- Exercise directions -
Below are several entries. Transcribe exactly those lines that fall from the one with "f 492 646 647" through the one with "f 578 586 657", end lines included.

====== Recorded data

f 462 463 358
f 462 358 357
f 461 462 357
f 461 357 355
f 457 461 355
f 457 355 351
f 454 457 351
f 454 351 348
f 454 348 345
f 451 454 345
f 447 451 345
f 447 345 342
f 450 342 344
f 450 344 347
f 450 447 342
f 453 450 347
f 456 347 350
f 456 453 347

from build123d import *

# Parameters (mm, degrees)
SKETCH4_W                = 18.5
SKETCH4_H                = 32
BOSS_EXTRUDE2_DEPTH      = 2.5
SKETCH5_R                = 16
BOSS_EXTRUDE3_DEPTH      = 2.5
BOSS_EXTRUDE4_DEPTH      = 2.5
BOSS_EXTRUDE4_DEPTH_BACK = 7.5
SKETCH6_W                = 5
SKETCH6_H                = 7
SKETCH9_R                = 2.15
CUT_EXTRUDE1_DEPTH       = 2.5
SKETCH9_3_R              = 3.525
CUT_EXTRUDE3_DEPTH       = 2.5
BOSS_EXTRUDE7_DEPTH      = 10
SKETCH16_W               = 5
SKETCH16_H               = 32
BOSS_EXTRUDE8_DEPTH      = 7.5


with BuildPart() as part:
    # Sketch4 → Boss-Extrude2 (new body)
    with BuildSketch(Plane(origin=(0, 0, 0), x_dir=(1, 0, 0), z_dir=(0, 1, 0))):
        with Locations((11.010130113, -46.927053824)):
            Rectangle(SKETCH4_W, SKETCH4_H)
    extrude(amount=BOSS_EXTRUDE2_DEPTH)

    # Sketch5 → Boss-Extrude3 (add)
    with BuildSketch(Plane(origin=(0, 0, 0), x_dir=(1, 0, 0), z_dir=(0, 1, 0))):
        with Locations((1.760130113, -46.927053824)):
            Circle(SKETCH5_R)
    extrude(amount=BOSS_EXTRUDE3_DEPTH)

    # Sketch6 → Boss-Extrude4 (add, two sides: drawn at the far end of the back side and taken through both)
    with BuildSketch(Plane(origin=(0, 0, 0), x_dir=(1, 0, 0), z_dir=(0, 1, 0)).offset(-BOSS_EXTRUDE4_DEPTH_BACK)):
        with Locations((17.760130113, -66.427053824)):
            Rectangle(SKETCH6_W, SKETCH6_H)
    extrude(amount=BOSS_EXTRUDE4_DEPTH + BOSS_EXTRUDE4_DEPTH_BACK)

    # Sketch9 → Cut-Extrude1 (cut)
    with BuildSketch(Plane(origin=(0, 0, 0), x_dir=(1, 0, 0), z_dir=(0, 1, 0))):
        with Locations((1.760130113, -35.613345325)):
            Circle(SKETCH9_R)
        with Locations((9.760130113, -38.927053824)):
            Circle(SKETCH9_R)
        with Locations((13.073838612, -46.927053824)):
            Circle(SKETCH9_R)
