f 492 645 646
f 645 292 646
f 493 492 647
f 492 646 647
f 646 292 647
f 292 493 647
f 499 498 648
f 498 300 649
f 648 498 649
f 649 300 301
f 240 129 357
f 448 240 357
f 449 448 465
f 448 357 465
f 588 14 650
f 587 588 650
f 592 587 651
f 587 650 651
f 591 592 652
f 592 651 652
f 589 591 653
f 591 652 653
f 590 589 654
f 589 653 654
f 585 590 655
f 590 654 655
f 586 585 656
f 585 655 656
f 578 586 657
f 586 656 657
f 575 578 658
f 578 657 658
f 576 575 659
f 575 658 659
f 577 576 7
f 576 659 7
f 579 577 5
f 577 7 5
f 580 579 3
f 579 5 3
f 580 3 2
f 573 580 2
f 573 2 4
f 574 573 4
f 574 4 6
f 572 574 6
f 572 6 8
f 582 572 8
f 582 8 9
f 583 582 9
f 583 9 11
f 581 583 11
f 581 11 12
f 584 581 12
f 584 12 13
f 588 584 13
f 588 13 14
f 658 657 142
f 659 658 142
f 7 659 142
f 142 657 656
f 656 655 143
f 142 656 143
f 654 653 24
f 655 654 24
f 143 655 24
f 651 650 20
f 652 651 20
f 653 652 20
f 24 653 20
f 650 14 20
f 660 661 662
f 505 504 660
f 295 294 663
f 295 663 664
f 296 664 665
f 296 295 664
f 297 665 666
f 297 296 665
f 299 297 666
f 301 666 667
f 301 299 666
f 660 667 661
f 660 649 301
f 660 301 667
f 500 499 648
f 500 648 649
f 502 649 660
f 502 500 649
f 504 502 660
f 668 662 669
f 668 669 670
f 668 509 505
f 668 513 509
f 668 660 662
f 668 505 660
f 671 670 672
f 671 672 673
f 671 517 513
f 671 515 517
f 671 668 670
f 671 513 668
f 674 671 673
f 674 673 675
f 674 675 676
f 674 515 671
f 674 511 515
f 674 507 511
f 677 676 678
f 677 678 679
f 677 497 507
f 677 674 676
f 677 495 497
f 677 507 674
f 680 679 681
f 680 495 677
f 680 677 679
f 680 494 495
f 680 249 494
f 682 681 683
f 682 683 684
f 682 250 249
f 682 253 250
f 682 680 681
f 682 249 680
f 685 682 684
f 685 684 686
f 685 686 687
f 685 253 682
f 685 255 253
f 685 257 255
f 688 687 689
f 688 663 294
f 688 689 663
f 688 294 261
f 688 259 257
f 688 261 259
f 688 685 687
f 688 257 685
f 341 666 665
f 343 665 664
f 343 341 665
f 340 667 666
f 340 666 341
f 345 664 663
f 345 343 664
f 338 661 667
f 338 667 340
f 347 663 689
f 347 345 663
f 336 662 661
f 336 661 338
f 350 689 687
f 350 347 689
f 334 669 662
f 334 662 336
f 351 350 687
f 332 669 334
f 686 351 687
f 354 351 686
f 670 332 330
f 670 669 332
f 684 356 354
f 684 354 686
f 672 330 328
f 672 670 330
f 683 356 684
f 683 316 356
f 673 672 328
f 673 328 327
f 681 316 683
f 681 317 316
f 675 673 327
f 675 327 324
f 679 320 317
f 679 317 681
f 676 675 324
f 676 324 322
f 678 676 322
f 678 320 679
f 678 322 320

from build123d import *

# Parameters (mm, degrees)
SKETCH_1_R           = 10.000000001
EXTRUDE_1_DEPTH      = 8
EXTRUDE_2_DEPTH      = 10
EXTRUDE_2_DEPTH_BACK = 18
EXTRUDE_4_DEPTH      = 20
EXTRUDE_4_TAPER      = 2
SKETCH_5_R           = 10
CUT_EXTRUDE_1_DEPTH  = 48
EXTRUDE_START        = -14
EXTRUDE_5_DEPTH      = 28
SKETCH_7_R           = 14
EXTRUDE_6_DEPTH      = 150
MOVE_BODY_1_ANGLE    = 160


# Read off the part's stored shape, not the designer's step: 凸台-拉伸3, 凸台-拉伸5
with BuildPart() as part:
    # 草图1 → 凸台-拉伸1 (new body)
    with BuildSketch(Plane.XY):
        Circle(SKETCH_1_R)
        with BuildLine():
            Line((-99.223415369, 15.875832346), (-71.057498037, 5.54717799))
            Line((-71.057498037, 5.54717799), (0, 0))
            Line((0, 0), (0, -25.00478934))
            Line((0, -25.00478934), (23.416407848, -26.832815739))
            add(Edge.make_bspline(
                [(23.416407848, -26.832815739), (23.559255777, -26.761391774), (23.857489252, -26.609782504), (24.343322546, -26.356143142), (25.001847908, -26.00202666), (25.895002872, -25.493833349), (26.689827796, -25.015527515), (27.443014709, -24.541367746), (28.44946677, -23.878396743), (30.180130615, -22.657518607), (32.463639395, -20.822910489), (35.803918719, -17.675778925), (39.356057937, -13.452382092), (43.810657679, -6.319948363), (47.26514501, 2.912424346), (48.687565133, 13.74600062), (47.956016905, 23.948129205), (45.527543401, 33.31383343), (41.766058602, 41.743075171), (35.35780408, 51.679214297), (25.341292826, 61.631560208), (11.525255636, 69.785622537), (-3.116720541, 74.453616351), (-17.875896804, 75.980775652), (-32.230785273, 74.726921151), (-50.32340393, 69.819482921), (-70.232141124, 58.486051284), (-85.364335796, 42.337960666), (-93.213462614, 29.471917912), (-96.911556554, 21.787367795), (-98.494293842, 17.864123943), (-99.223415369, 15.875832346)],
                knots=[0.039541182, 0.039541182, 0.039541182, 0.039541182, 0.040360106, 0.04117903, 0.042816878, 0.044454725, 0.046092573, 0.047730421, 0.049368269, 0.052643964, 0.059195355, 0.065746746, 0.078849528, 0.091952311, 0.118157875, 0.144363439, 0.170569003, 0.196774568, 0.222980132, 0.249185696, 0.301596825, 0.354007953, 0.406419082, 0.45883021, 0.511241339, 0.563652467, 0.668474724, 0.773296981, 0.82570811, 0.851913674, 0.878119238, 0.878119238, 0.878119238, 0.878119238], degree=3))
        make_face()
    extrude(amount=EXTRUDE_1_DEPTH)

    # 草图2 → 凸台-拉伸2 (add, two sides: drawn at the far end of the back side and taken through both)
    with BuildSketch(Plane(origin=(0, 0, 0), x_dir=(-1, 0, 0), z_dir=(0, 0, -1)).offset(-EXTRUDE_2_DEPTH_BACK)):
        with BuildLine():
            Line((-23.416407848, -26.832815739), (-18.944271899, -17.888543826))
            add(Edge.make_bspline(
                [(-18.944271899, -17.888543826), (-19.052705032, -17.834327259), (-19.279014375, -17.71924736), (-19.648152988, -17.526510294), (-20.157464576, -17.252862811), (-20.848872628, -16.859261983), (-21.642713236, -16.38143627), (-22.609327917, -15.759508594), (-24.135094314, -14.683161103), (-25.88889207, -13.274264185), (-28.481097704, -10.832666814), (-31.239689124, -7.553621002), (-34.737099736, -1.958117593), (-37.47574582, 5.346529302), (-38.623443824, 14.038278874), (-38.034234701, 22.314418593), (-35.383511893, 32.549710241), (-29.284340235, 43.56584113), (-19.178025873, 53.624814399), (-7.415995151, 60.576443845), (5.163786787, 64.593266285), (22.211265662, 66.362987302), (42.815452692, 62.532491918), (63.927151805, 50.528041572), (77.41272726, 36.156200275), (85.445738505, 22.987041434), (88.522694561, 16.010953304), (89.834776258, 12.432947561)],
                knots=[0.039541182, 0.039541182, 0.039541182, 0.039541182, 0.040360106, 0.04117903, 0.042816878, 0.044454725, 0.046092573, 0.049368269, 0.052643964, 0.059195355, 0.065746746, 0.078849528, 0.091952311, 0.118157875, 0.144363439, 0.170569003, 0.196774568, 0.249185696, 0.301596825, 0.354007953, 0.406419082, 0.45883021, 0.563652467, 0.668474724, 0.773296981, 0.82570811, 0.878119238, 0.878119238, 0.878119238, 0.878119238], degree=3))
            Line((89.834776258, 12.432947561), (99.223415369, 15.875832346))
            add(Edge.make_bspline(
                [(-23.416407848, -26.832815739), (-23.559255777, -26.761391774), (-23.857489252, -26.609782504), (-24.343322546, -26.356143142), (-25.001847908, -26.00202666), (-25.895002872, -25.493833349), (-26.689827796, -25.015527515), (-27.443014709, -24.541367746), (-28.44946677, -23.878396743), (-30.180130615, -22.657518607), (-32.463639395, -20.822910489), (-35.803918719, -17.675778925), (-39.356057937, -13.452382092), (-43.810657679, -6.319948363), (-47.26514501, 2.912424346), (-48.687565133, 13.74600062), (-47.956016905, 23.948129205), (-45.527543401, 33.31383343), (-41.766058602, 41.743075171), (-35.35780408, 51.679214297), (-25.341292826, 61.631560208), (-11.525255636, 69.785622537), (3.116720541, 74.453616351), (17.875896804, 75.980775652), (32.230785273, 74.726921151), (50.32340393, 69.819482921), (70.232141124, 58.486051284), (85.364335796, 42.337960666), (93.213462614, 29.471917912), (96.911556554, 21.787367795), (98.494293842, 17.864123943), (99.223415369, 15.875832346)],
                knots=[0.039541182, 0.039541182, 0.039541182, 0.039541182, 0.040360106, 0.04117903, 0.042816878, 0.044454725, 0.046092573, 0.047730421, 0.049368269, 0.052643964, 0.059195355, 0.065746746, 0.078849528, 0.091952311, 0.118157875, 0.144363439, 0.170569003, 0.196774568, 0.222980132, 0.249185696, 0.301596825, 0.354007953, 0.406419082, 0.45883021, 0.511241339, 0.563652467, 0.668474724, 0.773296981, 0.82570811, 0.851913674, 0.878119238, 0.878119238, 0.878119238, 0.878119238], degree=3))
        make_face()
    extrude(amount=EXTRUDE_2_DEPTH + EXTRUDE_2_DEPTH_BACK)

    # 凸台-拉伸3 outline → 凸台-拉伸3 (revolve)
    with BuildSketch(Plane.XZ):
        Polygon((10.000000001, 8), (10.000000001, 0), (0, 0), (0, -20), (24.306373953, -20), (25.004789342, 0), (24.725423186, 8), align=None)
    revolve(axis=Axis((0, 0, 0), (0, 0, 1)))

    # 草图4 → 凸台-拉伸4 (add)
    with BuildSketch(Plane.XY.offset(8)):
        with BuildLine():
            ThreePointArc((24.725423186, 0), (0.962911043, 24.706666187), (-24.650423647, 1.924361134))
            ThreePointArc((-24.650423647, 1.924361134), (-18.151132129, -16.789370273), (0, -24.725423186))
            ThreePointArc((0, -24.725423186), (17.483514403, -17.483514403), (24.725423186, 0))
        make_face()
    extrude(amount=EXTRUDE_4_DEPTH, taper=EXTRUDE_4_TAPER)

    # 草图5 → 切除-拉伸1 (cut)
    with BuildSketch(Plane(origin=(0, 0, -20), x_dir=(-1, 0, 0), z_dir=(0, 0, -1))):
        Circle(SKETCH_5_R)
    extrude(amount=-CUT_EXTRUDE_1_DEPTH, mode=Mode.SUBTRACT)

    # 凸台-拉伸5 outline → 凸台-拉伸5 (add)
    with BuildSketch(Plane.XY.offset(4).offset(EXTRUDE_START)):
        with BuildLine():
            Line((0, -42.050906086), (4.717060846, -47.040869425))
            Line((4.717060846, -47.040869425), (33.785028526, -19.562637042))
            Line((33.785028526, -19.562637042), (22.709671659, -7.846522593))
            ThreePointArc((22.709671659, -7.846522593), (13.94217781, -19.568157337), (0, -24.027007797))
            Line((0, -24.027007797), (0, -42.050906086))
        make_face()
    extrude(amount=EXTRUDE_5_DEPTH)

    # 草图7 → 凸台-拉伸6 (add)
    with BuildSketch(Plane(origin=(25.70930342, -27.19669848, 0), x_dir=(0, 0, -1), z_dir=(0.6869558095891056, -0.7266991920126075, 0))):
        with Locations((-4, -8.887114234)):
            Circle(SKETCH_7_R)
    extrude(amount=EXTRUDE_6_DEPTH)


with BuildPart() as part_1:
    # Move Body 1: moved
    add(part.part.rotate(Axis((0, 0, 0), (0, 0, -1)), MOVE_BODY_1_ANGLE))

============

- Task output -
f 492 646 647
f 646 292 647
f 292 493 647
f 499 498 648
f 498 300 649
f 648 498 649
f 649 300 301
f 240 129 357
f 448 240 357
f 449 448 465
f 448 357 465
f 588 14 650
f 587 588 650
f 592 587 651
f 587 650 651
f 591 592 652
f 592 651 652
f 589 591 653
f 591 652 653
f 590 589 654
f 589 653 654
f 585 590 655
f 590 654 655
f 586 585 656
f 585 655 656
f 578 586 657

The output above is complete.